— Оружие надо.
— Нетряк у меня остался.
— Что? — вытаращился Иван. Вспомнив, что нетряк — это наган, вздохнул: — Василий, давай по-человечески. Я и сам-то тебя через слово понимаю, а мужики ни хрена не разберут. Наган и у меня есть, патронов мало. Ладно, зови Тимоху.
Муковозов, успевший замерзнуть и заскучать, ввалился в дом и выжидающе уставился на Ивана.
— Значится так, Тимофей! — строго обратился Николаев к мужику, осматривая его, как старослужащий новобранца. — Решил я, что в банду тебя возьму. Только ты мне вот что скажи, — кивнул на искалеченную руку мужика, — ты как стрелять-то будешь?
— А я и левой могу! — похвастался Муковозов. — Я ить даже на Всевобуч ходил, переучивался, на фронт идти хотел, белых гадов бить, да не взяли.
— Вона как! — помягчел взглядом бывший командир Красной Армии. — Молодец!
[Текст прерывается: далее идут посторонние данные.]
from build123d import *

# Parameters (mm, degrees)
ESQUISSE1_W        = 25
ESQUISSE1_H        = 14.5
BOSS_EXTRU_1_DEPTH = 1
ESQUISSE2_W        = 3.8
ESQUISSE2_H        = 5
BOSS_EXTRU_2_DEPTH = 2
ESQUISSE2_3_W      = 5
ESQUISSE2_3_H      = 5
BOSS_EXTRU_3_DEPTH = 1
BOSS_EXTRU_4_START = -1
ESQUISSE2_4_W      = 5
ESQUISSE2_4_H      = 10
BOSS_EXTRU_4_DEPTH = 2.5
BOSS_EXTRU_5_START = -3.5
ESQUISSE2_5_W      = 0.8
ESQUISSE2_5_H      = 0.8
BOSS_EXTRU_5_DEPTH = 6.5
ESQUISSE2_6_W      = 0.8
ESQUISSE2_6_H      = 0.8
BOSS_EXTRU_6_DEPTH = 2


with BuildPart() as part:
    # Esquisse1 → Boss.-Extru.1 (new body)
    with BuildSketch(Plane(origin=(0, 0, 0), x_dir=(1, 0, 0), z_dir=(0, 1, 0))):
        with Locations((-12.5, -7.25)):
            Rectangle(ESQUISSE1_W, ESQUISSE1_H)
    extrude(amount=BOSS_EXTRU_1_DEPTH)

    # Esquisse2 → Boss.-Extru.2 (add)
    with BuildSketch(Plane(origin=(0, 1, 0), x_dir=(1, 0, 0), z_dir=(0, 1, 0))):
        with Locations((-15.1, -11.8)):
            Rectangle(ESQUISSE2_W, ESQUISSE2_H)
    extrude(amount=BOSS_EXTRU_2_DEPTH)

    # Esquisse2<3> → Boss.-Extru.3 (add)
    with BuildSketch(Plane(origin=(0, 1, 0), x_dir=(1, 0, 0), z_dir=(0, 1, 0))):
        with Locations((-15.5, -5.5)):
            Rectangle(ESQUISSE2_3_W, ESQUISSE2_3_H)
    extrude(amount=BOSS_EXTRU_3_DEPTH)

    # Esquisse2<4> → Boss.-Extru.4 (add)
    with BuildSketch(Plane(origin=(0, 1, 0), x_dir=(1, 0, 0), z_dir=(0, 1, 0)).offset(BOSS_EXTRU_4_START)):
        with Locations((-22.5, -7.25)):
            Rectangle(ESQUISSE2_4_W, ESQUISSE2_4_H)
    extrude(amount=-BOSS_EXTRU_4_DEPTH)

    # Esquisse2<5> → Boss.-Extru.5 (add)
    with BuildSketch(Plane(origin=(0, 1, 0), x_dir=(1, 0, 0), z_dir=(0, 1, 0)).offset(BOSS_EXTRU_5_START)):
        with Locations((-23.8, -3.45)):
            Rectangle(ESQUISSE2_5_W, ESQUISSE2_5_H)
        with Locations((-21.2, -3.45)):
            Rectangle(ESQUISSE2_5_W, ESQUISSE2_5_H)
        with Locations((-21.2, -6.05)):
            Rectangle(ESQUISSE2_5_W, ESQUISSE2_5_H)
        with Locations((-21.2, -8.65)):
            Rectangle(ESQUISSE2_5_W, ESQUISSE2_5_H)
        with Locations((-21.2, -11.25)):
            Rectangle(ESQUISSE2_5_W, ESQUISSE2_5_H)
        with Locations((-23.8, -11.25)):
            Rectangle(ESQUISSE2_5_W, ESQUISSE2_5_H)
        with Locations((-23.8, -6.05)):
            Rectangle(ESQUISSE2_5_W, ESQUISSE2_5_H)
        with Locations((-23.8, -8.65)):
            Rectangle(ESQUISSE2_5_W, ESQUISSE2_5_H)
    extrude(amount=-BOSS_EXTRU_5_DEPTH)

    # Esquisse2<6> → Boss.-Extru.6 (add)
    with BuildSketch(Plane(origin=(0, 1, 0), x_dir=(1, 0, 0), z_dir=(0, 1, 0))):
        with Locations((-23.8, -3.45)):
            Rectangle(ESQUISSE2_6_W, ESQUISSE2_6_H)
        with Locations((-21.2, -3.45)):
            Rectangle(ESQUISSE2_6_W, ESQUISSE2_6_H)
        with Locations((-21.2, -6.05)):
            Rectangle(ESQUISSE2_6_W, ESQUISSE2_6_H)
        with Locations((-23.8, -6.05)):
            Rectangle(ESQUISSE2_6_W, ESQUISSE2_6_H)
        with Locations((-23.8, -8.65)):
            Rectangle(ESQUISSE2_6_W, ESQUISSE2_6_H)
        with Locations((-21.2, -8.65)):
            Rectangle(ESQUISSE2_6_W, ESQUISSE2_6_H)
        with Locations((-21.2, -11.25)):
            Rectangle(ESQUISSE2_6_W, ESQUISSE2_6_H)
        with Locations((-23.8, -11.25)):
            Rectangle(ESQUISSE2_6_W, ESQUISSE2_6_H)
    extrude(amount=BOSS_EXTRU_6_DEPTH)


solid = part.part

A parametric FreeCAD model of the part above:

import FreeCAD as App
import Part
import Sketcher
Q = App.Units.Quantity

doc = App.newDocument("Part")
body = doc.addObject("PartDesign::Body", "Body")

# Sketch on XZ plane
sketch1 = body.newObject("Sketcher::SketchObject", "Sketch")
sketch1.AttachmentSupport = (doc.getObject("XZ_Plane"), [""])
sketch1.MapMode = "FlatFace"
sketch1.addGeometry([
    Part.LineSegment(App.Vector(-25, 0, 0), App.Vector(-25, 14, 0)),
    Part.LineSegment(App.Vector(-25, 14, 0), App.Vector(0, 14, 0)),
    Part.LineSegment(App.Vector(0, 14, 0), App.Vector(0, 0, 0)),
    Part.LineSegment(App.Vector(0, 0, 0), App.Vector(-25, 0, 0)),
], False)
sketch1.addConstraint([
    Sketcher.Constraint("Coincident", 0, 2, 1, 1),
    Sketcher.Constraint("Coincident", 1, 2, 2, 1),
    Sketcher.Constraint("Coincident", 2, 2, 3, 1),
    Sketcher.Constraint("Coincident", 3, 2, 0, 1),
    Sketcher.Constraint("Vertical", 0),
    Sketcher.Constraint("Horizontal", 1),
    Sketcher.Constraint("Vertical", 2),
    Sketcher.Constraint("Horizontal", 3),
    Sketcher.Constraint("Coincident", 2, 2, -1, 1),
    Sketcher.Constraint("DistanceX", 1, 1, 1, 2, Q("25 mm")),
    Sketcher.Constraint("DistanceY", 0, 1, 0, 2, Q("14.5 mm")),
])
pad1 = body.newObject("PartDesign::Pad", "Pad")
pad1.Profile = sketch1
pad1.Length = 1
pad1.Reversed = True

# Sketch on XZ plane
sketch2 = body.newObject("Sketcher::SketchObject", "Sketch001")
sketch2.AttachmentSupport = (doc.getObject("XZ_Plane"), [""])
sketch2.MapMode = "FlatFace"
sketch2.AttachmentOffset = App.Placement(App.Vector(0, 0, -1), App.Rotation())
sketch2.addGeometry([
    Part.LineSegment(App.Vector(-17, 9.3, 0), App.Vector(-17, 14.3, 0)),
    Part.LineSegment(App.Vector(-17, 14.3, 0), App.Vector(-13.2, 14.3, 0)),
    Part.LineSegment(App.Vector(-13.2, 14.3, 0), App.Vector(-13.2, 9.3, 0)),
    Part.LineSegment(App.Vector(-13.2, 9.3, 0), App.Vector(-17, 9.3, 0)),
], False)
sketch2.addConstraint([
    Sketcher.Constraint("Coincident", 0, 2, 1, 1),
    Sketcher.Constraint("Coincident", 1, 2, 2, 1),
    Sketcher.Constraint("Coincident", 2, 2, 3, 1),
    Sketcher.Constraint("Coincident", 3, 2, 0, 1),
    Sketcher.Constraint("Vertical", 0),
    Sketcher.Constraint("Horizontal", 1),
    Sketcher.Constraint("Vertical", 2),
    Sketcher.Constraint("Horizontal", 3),
    Sketcher.Constraint("DistanceY", 0, 1, 0, 2, Q("5 mm")),
    Sketcher.Constraint("DistanceX", 1, 1, 1, 2, Q("3.8 mm")),
    Sketcher.Constraint("DistanceX", 0, 2, -1, 1, Q("17 mm")),
    Sketcher.Constraint("DistanceY", -1, 1, 0, 2, Q("14.3 mm")),
])
pad2 = body.newObject("PartDesign::Pad", "Pad001")
pad2.Profile = sketch2
pad2.Length = 2
pad2.Reversed = True

# Sketch on XZ plane
sketch3 = body.newObject("Sketcher::SketchObject", "Sketch002")
sketch3.AttachmentSupport = (doc.getObject("XZ_Plane"), [""])
sketch3.MapMode = "FlatFace"
sketch3.AttachmentOffset = App.Placement(App.Vector(0, 0, -1), App.Rotation())
sketch3.addGeometry([
    Part.LineSegment(App.Vector(-18, 3, 0), App.Vector(-18, 8, 0)),
    Part.LineSegment(App.Vector(-18, 8, 0), App.Vector(-13, 8, 0)),
    Part.LineSegment(App.Vector(-13, 8, 0), App.Vector(-13, 3, 0)),
    Part.LineSegment(App.Vector(-13, 3, 0), App.Vector(-18, 3, 0)),
], False)
sketch3.addConstraint([
    Sketcher.Constraint("Coincident", 0, 2, 1, 1),
    Sketcher.Constraint("Coincident", 1, 2, 2, 1),
    Sketcher.Constraint("Coincident", 2, 2, 3, 1),
    Sketcher.Constraint("Coincident", 3, 2, 0, 1),
    Sketcher.Constraint("Vertical", 0),
    Sketcher.Constraint("Horizontal", 1),
    Sketcher.Constraint("Vertical", 2),
    Sketcher.Constraint("Horizontal", 3),
    Sketcher.Constraint("Equal", 3, 0),
    Sketcher.Constraint("DistanceX", 1, 1, 1, 2, Q("5 mm")),
    Sketcher.Constraint("DistanceX", 0, 2, -1, 1, Q("18 mm")),
    Sketcher.Constraint("DistanceY", -1, 1, 0, 2, Q("8 mm")),
])
pad3 = body.newObject("PartDesign::Pad", "Pad002")
pad3.Profile = sketch3
pad3.Length = 1
pad3.Reversed = True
А теперь слушай сюда — не банда у нас, а отряд, не нэпманов да кулаков будем мы грабить, а справедливость начнем восстанавливать.
— Это чего, с сирыми да убогими делиться? — скривился Тимофей.
— Сирых и убогих пущай Советская власть защищает, а мы о себе должны думать. Понял?
Тимоха радостно закивал, а Васька зашелся в беззвучном хохоте. Ну, еще бы. Одно дело — просто грабить, совсем другое — если под грабеж подвести правильную политическую платформу! Это уже другой коленкор.
— А теперь, мил-друг, думай, где нам оружие и патронов взять?
— А чего думать, есть одно место. Оружие возьмем, можно еще чё-нить.
Кобыла трусила себе, под розвальнями скрипел снег, Тимоха, держащий вожжи, дремал, Васька храпел, а Иван смотрел на сосны, между которыми была зажата заснеженная дорога.
Россия — лесной край лишь на словах. Все годные для хозяйства деревья, прораставшие вокруг деревень, вырублены под корень, раскорчеваны и запаханы. На дрова, на оглобли с черенками, есть разнолесье вокруг дорог. А избу подправить, сарай срубить, баньку отстроить? Весь строевой лес оприходован в казну еще при царе-батюшке, чтобы ему пусто было (не лесу, понятно)! Хочешь нарубить бревен на новый дом — плати в казну целый рубль. Приходилось мужикам рубить по ночам! Поймают — наложат штраф рубля два! А на эти деньги можно неделю из трактира не выходить!
Теперь власть своя, народная, но леса берегли пуще прежнего. Говорят, бревна вывозят за границу и продают за золото. Потому вооруженные до зубов лесники выискивали браконьерские делянки. Увидят, мигом поставят печать, "заклеймив" как народное добро. Поймают рубщика — отправят в город, а там народный судья вломит такой срок, что не дают и за убийство!
Шиляковское лесничество пользовалось недоброй славой еще до революции. Тамошние лесники, поймав порубщика, в полицию не вели, а раздевали донага и пускали по лесу кормить комаров. Зимой могли снять штаны и сунуть голой жопой в сугроб. И хуже всего — отнимали топор!
Добираться пришлось часа четыре. Но наконец-то услышали собачий лай, в воздухе запахло свежим дымком — не иначе готовят ужин!
Домик лесника (да какой там домик — усадьба!) обнесен частоколом. Псы заходились в лае. Пулковский скорчил свирепую морду, вытащил наган, а Тимоха полез за топором. Николаев, останавливая руку парня, повелительно крикнул: — Эй, хозяева, есть кто?!
— Кто такие? — донесся из-за ворот грубый голос.
— Из города мы, из Чека! — веско изрек Иван и повысил голос: — Долго мы тут морозиться будем? Живей отворяйте, да псов уберите. Не то — сами знаете.
За забором прикрикнули на собак, раздался звон цепи (видимо, псов решили привязать от греха подальше), ворота торопливо распахнулись.
Непрошеных гостей встречали лесники — два крепких мужика в гимнастерках и галифе, с изрядными бородами — у одного русая, с подпалинами седины, у другого иссиня-черная, как у цыгана. Наметанным взглядом Иван определил, что перед ним не цыган — нос с горбинкой, черные глаза навыкате — может, турок, а может, грузин.
— Здравия желаю! — вскинул Иван руку к шапке и, нарочитой скороговоркой представился: — Агент губернского управления Всероссийской чрезвычайной комиссии Киселев. Это, — кивнул на попутчиков, — местные граждане, понятые. Прошу ознакомиться с мандатом!